Note: This ballot was opened for revision 06 and is now closed.

Brian Haberman Former IESG member
Yes
Yes (for -06) Unknown

                            
Jari Arkko Former IESG member
Yes
Yes (for -06) Unknown

                            
Joel Jaeggli Former IESG member
Yes
Yes (for -06) Unknown

                            
Ted Lemon Former IESG member
Yes
Yes (2013-06-12 for -06) Unknown
The document looks good.   Is there any hope of a 4861bis?
Adrian Farrel Former IESG member
No Objection
No Objection (2013-06-12 for -06) Unknown
I support the comments from other ADs about precision in language. I 
think you would be well advised to tighten the specification.

---

The proposed new state machine entry is:

   PROBE           Retransmit timeout,     Increase timeout  UNREACHABLE
                   N or more               Send multicast NS
                   retransmissions.

How is it possible for the event of "more than N retransmissions" to 
happen in PROBE state? You probably need:

   PROBE           Retransmit timeout,     Increase timeout  UNREACHABLE
                   Nth retransmission      Send multicast NS

---

Although you have retained the garbage collection from 4861, you say:

   A node MAY garbage collect a Neighbor Cache Entry at any time as
   specified in RFC 4861.  This does not change with the introduction of
   the UNREACHABLE state in the conceptual model.

I would have thought that the garbage collection LRU scheme should 
consider a trade between LRU and UNREACHABLE state? Which would you 
discard: not used for 29 seconds or unreachable and not used for 28
seconds? Or is this too much fine-tuning?
Barry Leiba Former IESG member
No Objection
No Objection (2013-06-08 for -06) Unknown
I'm just short of a DISCUSS on this because there was no response to the appsdir review, which did raise a couple of minor things apart from the many editorial comments in it.  I know that Erik isn't happy with the level of editorial commenting in the directorate reviews, but we have to accept that thorough reviewers feel the need to do that.

Please do address Murray's comments (and my reply to it) that go beyond mere editorial stuff.

-- Section 3 --
   A node MAY unicast the first few Neighbor Solicitation messages even
   while in UNREACHABLE state, but it MUST switch to multicast Neighbor
   Solicitations sooner or later.

This was brought up in the appsdir review: "first few" and "sooner or later" are sufficiently inspecific that it calls the need for a 2119 MUST into question.  How is the operation of the protocol affected if the node interprets "first few" to be 3?  How about 12?  What about 3,141,592?  Is it OK if I decide that "sooner or later" amounts to "just before the Rapture"?
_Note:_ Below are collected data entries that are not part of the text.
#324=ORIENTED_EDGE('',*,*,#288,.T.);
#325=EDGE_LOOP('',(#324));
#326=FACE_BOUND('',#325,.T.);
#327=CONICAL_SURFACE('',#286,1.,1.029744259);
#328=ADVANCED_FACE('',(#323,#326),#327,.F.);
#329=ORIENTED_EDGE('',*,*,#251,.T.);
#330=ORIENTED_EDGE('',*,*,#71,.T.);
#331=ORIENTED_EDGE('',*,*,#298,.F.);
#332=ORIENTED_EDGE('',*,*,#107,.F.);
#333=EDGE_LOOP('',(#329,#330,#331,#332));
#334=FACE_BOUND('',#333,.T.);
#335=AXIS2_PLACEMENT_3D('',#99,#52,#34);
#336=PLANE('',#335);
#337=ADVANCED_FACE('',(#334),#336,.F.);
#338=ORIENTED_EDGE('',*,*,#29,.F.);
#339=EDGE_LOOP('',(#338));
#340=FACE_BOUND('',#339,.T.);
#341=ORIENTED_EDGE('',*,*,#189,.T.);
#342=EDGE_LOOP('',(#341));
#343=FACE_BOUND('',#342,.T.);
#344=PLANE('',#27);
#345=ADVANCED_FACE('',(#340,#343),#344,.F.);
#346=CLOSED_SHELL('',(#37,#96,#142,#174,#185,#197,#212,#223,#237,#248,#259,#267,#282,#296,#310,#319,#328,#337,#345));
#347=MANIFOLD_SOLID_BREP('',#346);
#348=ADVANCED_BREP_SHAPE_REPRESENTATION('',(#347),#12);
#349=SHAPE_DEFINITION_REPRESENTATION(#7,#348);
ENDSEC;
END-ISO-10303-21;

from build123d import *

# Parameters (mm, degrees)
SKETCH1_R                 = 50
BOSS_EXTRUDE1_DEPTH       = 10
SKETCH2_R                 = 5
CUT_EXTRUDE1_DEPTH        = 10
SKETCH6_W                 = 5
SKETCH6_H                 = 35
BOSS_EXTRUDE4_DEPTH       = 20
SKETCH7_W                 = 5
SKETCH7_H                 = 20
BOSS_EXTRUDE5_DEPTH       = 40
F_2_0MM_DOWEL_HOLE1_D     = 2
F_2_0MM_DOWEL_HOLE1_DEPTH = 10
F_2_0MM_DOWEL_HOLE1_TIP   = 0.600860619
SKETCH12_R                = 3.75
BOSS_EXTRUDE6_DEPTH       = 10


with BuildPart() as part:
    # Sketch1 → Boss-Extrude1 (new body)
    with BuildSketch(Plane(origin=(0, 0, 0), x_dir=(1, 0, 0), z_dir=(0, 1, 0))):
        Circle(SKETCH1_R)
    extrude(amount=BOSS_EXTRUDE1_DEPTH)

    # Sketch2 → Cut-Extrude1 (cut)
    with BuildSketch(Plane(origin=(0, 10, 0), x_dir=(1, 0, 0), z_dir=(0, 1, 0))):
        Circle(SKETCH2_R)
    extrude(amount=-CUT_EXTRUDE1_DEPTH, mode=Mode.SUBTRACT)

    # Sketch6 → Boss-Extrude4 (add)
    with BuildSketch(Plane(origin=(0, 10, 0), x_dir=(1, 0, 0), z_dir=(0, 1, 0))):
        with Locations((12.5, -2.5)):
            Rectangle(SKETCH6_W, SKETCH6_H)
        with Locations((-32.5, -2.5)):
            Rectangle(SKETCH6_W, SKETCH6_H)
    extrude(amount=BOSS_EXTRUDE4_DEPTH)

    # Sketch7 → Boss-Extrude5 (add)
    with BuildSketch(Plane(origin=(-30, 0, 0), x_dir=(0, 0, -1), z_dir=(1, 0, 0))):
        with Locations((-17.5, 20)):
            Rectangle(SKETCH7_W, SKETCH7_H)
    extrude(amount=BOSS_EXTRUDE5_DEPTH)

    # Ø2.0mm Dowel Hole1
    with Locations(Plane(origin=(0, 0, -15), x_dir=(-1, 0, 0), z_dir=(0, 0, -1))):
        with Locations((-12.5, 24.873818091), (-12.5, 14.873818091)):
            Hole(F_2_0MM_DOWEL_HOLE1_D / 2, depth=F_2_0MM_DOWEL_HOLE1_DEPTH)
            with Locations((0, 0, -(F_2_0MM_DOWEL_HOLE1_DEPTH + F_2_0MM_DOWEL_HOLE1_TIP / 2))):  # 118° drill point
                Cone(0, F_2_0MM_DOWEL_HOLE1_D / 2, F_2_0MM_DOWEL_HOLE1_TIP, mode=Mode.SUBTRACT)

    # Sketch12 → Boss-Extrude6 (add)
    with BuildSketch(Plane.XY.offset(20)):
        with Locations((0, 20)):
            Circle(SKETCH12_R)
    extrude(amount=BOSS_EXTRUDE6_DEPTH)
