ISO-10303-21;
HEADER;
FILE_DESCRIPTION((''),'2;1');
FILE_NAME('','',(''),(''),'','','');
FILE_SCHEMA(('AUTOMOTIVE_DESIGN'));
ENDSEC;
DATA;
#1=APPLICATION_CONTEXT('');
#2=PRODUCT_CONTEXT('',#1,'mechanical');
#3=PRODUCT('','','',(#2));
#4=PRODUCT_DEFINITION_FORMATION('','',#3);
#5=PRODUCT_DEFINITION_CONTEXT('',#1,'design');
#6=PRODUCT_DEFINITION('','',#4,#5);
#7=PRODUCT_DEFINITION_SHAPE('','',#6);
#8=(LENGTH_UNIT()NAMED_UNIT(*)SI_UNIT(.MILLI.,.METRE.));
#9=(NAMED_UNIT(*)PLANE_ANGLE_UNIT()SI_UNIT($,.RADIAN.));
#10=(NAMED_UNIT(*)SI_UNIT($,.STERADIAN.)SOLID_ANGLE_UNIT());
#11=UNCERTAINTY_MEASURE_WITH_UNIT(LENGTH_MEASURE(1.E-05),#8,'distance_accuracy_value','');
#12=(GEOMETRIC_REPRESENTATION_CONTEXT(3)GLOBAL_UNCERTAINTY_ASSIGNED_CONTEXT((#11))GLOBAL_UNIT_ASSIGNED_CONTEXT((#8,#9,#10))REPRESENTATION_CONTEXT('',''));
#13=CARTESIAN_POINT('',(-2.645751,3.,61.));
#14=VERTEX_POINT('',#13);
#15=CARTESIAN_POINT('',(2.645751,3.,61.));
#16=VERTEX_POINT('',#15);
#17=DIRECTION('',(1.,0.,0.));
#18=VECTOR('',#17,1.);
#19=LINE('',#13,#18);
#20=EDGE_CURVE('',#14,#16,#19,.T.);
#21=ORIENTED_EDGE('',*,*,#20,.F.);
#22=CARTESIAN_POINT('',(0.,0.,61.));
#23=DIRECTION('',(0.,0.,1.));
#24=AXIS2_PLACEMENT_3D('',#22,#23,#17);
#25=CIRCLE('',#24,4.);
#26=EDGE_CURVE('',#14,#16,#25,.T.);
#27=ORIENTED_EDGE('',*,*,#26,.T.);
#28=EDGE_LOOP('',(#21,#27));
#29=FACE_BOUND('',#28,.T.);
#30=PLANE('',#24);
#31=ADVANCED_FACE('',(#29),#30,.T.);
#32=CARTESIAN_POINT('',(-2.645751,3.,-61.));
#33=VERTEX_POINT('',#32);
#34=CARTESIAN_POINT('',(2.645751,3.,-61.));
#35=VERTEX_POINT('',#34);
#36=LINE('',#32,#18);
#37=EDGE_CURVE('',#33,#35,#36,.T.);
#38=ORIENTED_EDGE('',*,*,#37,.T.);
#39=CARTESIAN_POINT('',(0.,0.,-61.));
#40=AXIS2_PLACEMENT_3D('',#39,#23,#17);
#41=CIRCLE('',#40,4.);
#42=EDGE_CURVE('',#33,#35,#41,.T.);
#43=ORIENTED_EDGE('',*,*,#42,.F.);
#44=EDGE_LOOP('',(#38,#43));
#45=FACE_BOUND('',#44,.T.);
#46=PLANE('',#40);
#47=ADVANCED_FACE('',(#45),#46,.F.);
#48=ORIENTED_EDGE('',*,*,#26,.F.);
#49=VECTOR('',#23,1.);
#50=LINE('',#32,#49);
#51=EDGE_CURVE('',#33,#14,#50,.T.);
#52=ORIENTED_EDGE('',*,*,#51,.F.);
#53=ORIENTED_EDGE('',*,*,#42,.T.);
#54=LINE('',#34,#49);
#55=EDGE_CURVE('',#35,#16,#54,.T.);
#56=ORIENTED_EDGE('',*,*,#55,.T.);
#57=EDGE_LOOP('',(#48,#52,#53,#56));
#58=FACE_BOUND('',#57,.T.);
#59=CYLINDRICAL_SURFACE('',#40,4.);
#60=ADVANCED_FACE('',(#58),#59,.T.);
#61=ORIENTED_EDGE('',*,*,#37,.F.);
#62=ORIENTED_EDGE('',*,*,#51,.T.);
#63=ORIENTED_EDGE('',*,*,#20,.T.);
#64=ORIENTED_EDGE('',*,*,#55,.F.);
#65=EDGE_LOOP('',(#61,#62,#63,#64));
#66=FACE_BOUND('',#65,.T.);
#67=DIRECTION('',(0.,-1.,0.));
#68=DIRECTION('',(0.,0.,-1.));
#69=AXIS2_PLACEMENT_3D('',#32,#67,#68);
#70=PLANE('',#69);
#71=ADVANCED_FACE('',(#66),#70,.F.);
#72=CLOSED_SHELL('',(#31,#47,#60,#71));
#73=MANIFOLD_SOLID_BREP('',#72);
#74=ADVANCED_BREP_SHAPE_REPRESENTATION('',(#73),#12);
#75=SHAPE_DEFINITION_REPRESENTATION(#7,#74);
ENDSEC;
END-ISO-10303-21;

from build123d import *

# Parameters (mm, degrees)
BOSS_EXTRUDE1_DEPTH      = 61
BOSS_EXTRUDE1_DEPTH_BACK = 61
SKETCH1_R                = 4
CUT_EXTRUDE1_DEPTH       = 122


with BuildPart() as part:
    # Sketch1 → Boss-Extrude1 (new, two sides: drawn at the far end of the back side and taken through both)
    with BuildSketch(Plane.XY.offset(-BOSS_EXTRUDE1_DEPTH_BACK)):
        Circle(SKETCH1_R)
    extrude(amount=BOSS_EXTRUDE1_DEPTH + BOSS_EXTRUDE1_DEPTH_BACK)

    # Sketch2 → Cut-Extrude1 (cut)
    with BuildSketch(Plane.XY.offset(61)):
        with BuildLine():
            Line((-2.645751311, 3), (2.645751311, 3))
            ThreePointArc((2.645751311, 3), (0, 4), (-2.645751311, 3))
        make_face()
    extrude(amount=-CUT_EXTRUDE1_DEPTH, mode=Mode.SUBTRACT)


solid = part.part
It would probably better here to say what the problem is that the switch to multicast will address, and it's most likely better to skip the 2119 words on that.  Something on the order of this:

   A node can unicast the first few Neighbor Solicitation messages even
   while in UNREACHABLE state, but [this bad stuff will happen] until it
   switches to multicast Neighbor Solicitations.


Other comments; no need to respond to these. Take them or modify them
as you please:

-- Section 1 --

nit: "These short can be" -> "These short timeouts can be"
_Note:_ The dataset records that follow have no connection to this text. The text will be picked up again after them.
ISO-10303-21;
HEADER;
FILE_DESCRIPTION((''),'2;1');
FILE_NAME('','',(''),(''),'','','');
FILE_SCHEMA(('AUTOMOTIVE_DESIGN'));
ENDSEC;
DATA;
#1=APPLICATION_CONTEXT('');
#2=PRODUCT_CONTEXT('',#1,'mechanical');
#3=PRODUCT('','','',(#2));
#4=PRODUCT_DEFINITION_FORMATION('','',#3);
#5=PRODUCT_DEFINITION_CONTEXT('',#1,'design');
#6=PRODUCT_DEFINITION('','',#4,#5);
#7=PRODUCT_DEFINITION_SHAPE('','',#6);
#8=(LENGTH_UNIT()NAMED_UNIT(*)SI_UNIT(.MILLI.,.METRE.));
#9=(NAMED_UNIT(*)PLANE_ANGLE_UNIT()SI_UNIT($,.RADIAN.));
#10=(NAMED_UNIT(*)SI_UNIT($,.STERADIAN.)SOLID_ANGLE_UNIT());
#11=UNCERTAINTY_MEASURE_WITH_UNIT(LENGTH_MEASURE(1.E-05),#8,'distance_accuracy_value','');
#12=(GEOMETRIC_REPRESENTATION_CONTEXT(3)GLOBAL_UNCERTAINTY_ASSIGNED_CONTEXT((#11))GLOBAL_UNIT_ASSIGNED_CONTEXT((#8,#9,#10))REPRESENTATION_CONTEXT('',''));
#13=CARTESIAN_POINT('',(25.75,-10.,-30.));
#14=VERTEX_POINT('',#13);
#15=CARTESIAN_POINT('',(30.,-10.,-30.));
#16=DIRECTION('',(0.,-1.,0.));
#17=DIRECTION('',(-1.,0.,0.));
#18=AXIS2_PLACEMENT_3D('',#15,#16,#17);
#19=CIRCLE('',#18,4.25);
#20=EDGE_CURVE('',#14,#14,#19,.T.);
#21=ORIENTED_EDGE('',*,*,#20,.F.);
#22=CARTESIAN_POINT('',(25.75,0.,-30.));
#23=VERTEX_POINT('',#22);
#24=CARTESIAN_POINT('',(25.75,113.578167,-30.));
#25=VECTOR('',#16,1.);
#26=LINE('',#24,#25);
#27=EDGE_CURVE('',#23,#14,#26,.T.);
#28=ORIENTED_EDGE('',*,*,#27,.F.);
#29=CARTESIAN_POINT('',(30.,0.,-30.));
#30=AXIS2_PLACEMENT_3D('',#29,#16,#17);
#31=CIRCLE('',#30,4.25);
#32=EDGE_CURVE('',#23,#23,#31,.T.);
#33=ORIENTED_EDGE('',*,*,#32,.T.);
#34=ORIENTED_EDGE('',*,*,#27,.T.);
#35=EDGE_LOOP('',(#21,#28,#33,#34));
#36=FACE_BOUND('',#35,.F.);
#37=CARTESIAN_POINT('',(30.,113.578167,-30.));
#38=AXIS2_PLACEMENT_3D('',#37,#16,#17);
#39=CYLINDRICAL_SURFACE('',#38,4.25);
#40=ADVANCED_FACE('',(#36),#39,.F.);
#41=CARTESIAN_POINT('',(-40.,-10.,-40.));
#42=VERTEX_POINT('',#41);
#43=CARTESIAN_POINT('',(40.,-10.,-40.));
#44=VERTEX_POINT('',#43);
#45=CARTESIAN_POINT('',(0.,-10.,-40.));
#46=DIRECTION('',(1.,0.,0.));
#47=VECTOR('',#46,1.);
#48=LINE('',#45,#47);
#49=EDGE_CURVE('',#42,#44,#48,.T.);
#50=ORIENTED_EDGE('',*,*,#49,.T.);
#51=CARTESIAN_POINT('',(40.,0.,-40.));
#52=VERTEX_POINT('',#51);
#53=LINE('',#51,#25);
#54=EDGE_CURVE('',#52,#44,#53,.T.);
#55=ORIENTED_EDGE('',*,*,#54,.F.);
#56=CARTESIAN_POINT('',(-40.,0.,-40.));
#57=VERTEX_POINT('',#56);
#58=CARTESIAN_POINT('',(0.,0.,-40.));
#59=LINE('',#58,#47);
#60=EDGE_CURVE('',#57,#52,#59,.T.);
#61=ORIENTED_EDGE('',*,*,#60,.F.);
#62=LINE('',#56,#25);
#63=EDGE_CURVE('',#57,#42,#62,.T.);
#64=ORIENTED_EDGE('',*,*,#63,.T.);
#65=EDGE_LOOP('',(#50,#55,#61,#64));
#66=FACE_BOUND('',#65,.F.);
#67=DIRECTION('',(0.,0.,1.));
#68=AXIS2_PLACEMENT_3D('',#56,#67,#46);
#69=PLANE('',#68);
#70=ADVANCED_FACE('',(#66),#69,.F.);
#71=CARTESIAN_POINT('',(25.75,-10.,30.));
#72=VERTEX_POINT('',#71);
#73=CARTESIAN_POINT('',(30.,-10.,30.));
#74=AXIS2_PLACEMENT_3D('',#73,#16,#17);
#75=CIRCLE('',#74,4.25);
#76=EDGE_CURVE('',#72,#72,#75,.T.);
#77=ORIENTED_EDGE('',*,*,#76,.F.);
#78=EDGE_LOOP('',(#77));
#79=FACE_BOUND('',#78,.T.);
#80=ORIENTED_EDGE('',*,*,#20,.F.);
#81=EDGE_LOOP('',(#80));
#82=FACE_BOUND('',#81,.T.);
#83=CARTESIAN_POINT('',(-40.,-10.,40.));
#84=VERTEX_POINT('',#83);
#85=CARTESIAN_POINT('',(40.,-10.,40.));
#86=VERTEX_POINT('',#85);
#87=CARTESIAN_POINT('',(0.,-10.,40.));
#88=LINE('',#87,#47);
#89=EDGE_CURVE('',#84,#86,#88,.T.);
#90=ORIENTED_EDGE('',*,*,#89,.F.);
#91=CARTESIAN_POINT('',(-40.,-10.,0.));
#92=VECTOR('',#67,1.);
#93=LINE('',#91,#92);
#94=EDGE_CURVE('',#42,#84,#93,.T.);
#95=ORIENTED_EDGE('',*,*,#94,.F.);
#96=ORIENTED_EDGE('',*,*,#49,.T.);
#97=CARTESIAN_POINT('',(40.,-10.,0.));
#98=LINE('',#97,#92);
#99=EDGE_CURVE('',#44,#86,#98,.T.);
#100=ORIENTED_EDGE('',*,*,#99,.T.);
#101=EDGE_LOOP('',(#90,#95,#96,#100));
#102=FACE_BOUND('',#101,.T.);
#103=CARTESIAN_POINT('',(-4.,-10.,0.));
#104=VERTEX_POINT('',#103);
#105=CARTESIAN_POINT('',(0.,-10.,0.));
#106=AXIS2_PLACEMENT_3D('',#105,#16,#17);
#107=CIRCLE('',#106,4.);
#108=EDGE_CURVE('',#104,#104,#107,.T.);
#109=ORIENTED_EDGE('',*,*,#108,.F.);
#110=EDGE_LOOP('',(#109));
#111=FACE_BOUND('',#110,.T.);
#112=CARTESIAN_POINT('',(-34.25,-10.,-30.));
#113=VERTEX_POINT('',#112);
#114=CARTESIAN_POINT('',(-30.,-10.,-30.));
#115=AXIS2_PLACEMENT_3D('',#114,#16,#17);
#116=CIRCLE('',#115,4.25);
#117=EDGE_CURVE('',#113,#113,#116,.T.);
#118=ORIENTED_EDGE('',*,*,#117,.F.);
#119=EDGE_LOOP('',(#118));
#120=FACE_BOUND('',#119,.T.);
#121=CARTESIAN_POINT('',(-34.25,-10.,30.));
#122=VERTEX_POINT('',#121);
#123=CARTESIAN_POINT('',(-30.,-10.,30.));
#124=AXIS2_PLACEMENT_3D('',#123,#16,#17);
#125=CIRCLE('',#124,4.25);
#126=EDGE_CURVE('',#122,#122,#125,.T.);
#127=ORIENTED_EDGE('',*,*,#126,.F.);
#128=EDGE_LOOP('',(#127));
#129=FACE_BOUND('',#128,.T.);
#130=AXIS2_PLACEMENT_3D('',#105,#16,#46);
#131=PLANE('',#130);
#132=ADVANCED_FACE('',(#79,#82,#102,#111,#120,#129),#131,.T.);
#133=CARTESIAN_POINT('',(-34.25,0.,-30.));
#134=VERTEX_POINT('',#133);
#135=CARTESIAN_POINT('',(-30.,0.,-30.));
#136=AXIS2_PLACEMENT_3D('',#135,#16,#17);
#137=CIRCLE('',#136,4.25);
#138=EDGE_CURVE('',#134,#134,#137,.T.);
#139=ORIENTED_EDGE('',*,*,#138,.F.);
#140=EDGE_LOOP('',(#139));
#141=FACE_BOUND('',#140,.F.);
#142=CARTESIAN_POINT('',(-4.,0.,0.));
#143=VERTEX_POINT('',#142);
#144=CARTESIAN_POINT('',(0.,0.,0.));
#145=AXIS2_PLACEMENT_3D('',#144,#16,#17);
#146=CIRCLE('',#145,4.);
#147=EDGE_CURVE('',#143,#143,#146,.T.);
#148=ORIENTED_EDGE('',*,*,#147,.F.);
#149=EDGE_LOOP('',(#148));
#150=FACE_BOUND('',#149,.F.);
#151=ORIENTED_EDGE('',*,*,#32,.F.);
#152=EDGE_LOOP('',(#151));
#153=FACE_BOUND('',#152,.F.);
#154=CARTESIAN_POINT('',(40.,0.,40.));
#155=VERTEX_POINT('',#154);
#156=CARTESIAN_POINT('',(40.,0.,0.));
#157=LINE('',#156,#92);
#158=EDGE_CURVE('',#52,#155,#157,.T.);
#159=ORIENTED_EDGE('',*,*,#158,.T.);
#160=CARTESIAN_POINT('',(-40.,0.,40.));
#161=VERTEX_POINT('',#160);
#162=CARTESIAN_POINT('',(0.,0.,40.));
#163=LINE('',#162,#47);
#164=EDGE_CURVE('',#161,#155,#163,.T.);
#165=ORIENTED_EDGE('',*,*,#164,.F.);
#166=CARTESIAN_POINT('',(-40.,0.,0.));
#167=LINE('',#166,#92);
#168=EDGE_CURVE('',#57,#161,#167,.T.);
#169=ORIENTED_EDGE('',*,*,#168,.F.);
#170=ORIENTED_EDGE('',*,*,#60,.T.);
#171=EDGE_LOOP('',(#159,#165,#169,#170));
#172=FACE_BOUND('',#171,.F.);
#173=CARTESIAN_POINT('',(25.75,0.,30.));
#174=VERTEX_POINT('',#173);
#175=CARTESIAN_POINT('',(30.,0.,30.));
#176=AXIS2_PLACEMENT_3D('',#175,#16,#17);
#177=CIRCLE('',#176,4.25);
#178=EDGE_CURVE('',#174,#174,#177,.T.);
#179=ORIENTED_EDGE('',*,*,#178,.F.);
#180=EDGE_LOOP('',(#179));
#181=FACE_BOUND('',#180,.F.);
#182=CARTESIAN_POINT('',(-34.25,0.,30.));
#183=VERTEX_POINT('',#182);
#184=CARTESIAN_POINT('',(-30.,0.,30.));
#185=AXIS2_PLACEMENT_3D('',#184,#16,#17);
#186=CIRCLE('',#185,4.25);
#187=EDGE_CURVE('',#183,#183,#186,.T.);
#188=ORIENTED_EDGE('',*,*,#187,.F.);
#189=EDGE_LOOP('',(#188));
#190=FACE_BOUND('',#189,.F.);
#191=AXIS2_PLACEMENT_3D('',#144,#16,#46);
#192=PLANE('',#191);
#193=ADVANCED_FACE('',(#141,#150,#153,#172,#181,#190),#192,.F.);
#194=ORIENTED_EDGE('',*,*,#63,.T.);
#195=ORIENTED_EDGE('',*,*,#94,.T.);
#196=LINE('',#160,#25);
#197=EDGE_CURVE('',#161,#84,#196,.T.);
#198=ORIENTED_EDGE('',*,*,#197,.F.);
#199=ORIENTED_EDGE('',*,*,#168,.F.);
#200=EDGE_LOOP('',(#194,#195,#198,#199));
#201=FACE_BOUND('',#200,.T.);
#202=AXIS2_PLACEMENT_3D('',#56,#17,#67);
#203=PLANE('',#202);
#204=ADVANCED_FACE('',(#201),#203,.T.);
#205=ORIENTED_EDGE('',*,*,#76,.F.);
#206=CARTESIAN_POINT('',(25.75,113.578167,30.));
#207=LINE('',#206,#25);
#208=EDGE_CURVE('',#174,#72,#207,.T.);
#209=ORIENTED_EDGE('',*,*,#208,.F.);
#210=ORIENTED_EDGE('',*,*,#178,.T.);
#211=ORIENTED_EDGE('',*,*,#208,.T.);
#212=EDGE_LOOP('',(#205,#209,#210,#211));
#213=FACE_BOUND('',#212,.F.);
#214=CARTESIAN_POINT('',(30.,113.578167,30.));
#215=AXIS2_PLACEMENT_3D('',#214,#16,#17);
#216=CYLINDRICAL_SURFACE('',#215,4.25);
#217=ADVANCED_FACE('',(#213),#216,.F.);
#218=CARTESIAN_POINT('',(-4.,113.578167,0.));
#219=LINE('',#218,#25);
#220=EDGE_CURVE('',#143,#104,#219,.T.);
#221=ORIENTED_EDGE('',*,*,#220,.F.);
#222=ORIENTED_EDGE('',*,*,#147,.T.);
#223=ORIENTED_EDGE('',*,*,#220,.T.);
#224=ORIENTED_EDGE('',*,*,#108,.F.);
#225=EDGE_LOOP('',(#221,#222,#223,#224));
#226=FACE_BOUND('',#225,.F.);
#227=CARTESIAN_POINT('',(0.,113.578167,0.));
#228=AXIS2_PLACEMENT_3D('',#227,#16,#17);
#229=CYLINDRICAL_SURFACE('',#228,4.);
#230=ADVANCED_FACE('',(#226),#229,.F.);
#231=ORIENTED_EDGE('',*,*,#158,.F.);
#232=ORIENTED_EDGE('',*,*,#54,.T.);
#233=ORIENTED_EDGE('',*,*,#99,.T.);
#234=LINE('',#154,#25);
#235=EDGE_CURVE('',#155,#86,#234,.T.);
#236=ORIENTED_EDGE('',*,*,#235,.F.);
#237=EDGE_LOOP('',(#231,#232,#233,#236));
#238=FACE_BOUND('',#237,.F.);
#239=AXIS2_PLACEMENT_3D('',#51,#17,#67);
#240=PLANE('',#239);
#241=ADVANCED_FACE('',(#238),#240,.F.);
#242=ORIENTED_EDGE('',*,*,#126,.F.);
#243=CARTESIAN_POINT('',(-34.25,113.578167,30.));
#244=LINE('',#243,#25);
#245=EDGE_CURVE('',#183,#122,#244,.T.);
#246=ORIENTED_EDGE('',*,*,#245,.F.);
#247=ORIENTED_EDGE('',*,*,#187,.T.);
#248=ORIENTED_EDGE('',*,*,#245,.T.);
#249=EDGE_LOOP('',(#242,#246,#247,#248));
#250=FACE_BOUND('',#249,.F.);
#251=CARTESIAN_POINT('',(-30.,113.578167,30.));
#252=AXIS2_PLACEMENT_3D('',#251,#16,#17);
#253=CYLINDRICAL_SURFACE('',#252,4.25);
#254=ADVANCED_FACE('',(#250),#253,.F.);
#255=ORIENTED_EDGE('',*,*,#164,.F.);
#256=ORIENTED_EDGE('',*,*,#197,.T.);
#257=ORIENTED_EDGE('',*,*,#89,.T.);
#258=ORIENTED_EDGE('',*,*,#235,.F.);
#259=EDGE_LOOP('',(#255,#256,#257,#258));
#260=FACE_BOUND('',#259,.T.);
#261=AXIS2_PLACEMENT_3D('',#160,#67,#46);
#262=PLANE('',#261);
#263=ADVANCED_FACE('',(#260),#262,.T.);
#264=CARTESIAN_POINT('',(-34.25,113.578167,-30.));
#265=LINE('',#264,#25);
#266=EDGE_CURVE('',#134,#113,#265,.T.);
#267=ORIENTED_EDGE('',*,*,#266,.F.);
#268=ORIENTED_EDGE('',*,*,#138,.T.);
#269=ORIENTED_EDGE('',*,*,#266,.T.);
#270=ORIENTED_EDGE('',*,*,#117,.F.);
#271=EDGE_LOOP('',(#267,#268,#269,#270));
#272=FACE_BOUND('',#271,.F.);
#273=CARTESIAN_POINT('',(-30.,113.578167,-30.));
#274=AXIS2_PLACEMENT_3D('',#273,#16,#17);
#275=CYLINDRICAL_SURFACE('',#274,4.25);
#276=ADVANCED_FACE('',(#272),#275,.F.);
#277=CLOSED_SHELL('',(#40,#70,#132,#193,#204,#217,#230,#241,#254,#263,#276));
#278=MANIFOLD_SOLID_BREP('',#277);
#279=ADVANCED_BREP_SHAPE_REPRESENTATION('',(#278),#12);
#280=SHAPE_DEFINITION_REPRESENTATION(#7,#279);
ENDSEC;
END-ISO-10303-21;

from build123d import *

# Parameters (mm, degrees)
F0_W     = 80
F0_H     = 80
F1_DEPTH = 10
F2_D     = 8.5
F4_D     = 8


with BuildPart() as f1:
    # F0 (on Front) → F1 (new body)
    with BuildSketch(Plane.XZ):
        Rectangle(F0_W, F0_H)
    extrude(amount=F1_DEPTH)

    # F2 (through all)
    with Locations(Plane(origin=(0, 0, 0), x_dir=(1, 0, 0), z_dir=(0, 1, 0))):
        with Locations((-30, 30), (30, 30), (30, -30), (-30, -30)):
            Hole(F2_D / 2)

    # F4 (through all)
    with Locations(Plane(origin=(0, 0, 0), x_dir=(1, 0, 0), z_dir=(0, 1, 0))):
        with Locations((0, 0)):
            Hole(F4_D / 2)


solid = f1.part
The last sentence of the first paragraph is punctuated oddly, and I'm not quite sure what it really means:

   In these cases, when NUD fails,
   the host will try the alternative neighbor; the next router in the
   Default Router List, or discard the NCE which will also send using a
   different router.

Is the semicolon just wrong, and there are meant to be three items in the list of what can happen when NUD fails?  If so:

NEW
   In these cases, when NUD fails
   the host will try the alternative neighbor, try the next router in
   the Default Router List, or discard the NCE which will also send
   using a different router.

(You need to repeat the verb "try" because the third item in the list has a different verb.)

Still on that sentence, what does the last item mean?:

   discard the NCE which will also send using a different router.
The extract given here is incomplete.